▸ What is required:
Of all the lines in the entries below, give again exactly those starting at the line containing "v -201.05 174.952 0.6" and ending at the line containing "v -906.191 -289.069 0.75", both ends included, and no others.

START Information given

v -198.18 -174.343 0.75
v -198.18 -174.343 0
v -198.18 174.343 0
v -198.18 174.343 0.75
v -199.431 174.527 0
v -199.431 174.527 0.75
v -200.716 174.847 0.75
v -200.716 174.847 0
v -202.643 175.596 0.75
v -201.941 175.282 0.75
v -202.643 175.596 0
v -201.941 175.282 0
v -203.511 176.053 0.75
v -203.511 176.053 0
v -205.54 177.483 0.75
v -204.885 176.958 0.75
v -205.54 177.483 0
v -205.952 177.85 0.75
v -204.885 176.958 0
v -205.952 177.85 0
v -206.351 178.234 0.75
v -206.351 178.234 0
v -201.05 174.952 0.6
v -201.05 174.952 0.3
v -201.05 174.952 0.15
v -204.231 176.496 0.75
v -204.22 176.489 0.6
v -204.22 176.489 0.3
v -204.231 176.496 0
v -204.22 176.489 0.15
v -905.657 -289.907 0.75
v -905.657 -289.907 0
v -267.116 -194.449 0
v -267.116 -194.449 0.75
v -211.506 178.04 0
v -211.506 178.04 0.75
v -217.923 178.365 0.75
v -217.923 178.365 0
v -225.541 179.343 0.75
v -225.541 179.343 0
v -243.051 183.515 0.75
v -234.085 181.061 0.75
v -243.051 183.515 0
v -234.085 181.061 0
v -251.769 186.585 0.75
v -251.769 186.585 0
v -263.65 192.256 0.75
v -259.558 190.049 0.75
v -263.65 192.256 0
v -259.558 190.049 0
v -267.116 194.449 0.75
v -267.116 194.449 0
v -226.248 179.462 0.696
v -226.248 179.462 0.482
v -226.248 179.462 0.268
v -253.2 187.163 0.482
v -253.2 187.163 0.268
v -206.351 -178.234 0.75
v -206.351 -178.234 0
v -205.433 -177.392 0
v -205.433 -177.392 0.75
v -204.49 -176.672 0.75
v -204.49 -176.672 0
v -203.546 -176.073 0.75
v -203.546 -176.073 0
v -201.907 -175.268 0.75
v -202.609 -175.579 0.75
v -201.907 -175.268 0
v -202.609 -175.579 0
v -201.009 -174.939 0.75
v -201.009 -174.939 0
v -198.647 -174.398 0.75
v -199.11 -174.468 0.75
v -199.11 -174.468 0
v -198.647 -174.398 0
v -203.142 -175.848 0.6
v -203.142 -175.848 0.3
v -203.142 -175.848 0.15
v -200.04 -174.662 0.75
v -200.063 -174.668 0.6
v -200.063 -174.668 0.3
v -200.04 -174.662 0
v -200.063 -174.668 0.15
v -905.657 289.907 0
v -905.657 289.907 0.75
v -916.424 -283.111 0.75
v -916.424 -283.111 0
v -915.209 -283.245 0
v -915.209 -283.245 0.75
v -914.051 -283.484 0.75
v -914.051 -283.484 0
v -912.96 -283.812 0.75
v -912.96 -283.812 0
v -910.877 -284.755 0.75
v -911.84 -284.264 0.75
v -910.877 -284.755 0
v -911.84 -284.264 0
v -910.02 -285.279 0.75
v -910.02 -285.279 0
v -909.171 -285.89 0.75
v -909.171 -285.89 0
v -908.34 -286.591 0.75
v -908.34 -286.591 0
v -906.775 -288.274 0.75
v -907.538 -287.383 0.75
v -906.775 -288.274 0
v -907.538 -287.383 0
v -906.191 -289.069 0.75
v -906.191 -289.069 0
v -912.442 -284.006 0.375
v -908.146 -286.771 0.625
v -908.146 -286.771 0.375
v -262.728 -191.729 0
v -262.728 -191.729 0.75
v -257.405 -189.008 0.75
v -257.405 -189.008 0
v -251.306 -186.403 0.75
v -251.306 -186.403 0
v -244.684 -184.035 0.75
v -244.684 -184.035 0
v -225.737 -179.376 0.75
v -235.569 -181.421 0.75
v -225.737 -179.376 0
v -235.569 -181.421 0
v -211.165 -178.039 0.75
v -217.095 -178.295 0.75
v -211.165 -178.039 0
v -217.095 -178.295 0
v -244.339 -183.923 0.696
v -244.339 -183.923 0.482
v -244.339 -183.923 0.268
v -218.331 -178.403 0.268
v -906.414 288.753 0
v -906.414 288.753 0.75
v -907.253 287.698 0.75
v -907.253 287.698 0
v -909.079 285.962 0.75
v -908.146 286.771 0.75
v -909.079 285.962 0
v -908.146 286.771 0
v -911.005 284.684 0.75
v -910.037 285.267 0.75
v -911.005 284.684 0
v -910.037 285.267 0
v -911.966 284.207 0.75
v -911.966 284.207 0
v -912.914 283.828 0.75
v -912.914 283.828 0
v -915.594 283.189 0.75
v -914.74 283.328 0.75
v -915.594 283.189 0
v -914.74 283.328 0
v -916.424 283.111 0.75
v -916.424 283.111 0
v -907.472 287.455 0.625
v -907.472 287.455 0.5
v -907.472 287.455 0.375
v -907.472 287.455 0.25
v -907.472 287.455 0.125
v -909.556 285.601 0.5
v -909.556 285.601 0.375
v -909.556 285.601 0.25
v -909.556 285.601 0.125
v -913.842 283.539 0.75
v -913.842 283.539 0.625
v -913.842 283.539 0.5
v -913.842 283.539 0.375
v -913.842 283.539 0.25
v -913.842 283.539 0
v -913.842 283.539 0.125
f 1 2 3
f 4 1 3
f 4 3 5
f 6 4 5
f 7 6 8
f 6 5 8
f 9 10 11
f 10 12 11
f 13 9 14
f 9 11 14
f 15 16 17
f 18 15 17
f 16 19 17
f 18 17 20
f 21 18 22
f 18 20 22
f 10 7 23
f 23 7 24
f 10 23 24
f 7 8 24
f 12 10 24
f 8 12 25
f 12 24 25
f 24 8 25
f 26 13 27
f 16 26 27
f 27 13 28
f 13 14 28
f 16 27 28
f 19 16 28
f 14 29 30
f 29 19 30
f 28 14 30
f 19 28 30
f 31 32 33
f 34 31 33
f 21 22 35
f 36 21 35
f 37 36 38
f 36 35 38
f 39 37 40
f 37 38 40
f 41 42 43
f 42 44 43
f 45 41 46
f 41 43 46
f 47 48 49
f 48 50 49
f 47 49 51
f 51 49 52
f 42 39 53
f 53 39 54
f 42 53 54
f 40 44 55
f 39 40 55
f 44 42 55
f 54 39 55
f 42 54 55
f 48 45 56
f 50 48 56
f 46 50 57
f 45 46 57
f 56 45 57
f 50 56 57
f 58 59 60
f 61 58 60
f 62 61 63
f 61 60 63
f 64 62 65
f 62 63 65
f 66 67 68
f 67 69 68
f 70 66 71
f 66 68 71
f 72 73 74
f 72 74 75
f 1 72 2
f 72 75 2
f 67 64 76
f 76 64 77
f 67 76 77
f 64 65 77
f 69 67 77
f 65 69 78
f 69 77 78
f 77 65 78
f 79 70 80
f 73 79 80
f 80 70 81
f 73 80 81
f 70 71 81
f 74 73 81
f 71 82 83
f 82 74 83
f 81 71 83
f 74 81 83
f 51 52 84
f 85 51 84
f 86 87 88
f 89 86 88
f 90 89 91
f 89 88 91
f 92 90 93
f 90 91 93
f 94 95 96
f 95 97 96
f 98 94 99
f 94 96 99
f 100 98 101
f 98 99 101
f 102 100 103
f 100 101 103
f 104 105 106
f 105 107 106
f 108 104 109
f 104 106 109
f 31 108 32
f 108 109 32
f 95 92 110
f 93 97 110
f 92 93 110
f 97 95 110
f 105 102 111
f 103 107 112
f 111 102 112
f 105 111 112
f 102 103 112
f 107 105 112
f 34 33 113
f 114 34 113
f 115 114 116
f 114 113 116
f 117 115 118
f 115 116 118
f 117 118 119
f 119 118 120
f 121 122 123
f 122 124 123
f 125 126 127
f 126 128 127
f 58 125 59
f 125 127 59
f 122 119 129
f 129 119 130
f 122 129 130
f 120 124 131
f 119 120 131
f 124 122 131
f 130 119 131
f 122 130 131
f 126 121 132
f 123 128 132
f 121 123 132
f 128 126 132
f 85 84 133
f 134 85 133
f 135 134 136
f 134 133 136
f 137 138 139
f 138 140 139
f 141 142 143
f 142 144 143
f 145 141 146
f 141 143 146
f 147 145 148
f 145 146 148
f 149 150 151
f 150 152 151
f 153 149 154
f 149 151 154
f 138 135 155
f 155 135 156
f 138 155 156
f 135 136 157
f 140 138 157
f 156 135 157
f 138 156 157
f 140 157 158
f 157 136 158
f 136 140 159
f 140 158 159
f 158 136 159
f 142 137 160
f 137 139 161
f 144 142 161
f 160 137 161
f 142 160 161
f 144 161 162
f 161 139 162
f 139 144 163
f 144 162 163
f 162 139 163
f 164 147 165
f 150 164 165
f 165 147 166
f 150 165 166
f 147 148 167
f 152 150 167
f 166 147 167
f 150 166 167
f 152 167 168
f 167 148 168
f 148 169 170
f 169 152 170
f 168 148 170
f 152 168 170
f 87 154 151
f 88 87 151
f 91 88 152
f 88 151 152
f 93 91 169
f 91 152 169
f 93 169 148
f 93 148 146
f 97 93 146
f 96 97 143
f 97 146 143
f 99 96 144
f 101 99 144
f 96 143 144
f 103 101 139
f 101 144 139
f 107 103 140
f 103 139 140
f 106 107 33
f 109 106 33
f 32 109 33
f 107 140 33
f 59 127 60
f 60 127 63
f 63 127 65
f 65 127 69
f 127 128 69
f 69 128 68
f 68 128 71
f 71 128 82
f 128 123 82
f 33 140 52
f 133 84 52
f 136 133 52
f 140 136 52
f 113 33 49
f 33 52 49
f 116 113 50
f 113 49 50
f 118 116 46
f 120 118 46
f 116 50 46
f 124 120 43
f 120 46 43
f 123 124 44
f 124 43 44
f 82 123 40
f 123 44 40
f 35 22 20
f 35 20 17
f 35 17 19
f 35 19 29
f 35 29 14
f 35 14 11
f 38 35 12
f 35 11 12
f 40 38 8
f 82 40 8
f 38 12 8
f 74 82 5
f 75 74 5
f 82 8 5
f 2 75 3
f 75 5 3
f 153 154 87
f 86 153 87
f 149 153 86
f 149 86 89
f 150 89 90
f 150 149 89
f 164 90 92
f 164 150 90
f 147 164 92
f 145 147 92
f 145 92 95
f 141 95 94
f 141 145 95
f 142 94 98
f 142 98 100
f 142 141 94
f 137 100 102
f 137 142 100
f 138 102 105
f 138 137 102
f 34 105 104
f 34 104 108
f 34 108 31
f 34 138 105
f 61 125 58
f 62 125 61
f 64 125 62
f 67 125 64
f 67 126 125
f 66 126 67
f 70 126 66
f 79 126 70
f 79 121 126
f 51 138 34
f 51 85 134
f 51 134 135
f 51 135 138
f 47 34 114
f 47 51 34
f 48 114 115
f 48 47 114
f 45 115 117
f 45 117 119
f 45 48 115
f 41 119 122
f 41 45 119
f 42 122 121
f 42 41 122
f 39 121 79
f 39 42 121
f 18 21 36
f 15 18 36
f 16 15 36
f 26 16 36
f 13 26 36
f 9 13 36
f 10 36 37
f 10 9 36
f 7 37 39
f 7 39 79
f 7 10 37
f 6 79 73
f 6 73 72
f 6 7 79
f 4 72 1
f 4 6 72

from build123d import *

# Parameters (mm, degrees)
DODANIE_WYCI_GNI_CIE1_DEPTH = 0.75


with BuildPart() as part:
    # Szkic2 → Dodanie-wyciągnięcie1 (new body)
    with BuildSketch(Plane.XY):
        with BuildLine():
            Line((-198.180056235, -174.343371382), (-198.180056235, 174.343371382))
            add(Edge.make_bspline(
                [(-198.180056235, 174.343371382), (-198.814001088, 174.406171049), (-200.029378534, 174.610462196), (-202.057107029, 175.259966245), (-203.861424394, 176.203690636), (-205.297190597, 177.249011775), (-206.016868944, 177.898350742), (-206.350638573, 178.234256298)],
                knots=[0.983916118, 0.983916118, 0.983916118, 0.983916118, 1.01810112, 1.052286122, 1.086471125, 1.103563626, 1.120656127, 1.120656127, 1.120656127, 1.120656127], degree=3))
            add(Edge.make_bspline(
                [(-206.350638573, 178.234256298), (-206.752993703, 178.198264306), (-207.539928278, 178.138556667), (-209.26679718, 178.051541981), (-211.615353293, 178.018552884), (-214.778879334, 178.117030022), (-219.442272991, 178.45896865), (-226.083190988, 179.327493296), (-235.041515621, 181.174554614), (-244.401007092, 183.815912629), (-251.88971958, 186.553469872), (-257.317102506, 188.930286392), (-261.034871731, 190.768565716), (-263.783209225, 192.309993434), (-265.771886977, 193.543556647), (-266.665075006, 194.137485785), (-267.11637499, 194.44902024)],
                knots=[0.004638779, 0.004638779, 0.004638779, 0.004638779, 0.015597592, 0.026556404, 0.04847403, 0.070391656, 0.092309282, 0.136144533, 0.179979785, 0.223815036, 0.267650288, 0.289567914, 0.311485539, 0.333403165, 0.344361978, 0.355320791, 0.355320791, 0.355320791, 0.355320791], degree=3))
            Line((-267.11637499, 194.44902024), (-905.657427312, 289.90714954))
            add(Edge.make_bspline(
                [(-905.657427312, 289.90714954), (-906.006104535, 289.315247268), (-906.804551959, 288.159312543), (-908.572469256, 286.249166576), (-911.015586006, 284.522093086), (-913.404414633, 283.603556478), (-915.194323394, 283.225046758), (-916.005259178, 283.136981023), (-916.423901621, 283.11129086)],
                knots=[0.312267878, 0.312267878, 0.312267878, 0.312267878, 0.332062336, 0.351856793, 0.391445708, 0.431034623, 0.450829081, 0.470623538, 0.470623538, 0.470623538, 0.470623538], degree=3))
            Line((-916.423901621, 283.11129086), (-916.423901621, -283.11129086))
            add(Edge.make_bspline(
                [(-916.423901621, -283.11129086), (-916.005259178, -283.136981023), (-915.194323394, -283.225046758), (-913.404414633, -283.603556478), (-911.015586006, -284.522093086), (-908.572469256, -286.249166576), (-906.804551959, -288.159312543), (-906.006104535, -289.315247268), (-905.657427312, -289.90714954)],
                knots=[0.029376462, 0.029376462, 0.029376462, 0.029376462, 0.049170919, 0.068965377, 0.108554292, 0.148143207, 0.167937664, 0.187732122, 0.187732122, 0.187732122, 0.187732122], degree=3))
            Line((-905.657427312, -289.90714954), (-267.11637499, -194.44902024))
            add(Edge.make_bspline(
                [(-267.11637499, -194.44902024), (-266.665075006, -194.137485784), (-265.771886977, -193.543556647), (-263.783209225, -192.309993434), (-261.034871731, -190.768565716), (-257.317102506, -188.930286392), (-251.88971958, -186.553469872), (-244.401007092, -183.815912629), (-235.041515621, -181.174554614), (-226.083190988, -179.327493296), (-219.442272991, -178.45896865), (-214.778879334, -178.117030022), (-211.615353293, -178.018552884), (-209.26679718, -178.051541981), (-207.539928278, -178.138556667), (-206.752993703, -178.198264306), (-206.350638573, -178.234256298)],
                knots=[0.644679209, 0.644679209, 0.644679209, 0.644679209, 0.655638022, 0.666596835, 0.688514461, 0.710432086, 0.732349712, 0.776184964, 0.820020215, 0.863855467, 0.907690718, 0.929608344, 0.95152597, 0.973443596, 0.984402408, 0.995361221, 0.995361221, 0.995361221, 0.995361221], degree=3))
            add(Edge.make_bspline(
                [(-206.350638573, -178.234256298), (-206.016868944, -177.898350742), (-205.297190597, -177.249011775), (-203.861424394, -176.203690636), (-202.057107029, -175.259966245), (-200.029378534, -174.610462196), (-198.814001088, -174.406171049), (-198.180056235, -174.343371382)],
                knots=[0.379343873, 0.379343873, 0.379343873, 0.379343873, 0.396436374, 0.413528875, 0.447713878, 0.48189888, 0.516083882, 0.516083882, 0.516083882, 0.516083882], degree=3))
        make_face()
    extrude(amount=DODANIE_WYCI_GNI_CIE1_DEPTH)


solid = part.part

END Information given

▸ Exercise answer:
v -201.05 174.952 0.6
v -201.05 174.952 0.3
v -201.05 174.952 0.15
v -204.231 176.496 0.75
v -204.22 176.489 0.6
v -204.22 176.489 0.3
v -204.231 176.496 0
v -204.22 176.489 0.15
v -905.657 -289.907 0.75
v -905.657 -289.907 0
v -267.116 -194.449 0
v -267.116 -194.449 0.75
v -211.506 178.04 0
v -211.506 178.04 0.75
v -217.923 178.365 0.75
v -217.923 178.365 0
v -225.541 179.343 0.75
v -225.541 179.343 0
v -243.051 183.515 0.75
v -234.085 181.061 0.75
v -243.051 183.515 0
v -234.085 181.061 0
v -251.769 186.585 0.75
v -251.769 186.585 0
v -263.65 192.256 0.75
v -259.558 190.049 0.75
v -263.65 192.256 0
v -259.558 190.049 0
v -267.116 194.449 0.75
v -267.116 194.449 0
v -226.248 179.462 0.696
v -226.248 179.462 0.482
v -226.248 179.462 0.268
v -253.2 187.163 0.482
v -253.2 187.163 0.268
v -206.351 -178.234 0.75
v -206.351 -178.234 0
v -205.433 -177.392 0
v -205.433 -177.392 0.75
v -204.49 -176.672 0.75
v -204.49 -176.672 0
v -203.546 -176.073 0.75
v -203.546 -176.073 0
v -201.907 -175.268 0.75
v -202.609 -175.579 0.75
v -201.907 -175.268 0
v -202.609 -175.579 0
v -201.009 -174.939 0.75
v -201.009 -174.939 0
v -198.647 -174.398 0.75
v -199.11 -174.468 0.75
v -199.11 -174.468 0
v -198.647 -174.398 0
v -203.142 -175.848 0.6
v -203.142 -175.848 0.3
v -203.142 -175.848 0.15
v -200.04 -174.662 0.75
v -200.063 -174.668 0.6
v -200.063 -174.668 0.3
v -200.04 -174.662 0
v -200.063 -174.668 0.15
v -905.657 289.907 0
v -905.657 289.907 0.75
v -916.424 -283.111 0.75
v -916.424 -283.111 0
v -915.209 -283.245 0
v -915.209 -283.245 0.75
v -914.051 -283.484 0.75
v -914.051 -283.484 0
v -912.96 -283.812 0.75
v -912.96 -283.812 0
v -910.877 -284.755 0.75
v -911.84 -284.264 0.75
v -910.877 -284.755 0
v -911.84 -284.264 0
v -910.02 -285.279 0.75
v -910.02 -285.279 0
v -909.171 -285.89 0.75
v -909.171 -285.89 0
v -908.34 -286.591 0.75
v -908.34 -286.591 0
v -906.775 -288.274 0.75
v -907.538 -287.383 0.75
v -906.775 -288.274 0
v -907.538 -287.383 0
v -906.191 -289.069 0.75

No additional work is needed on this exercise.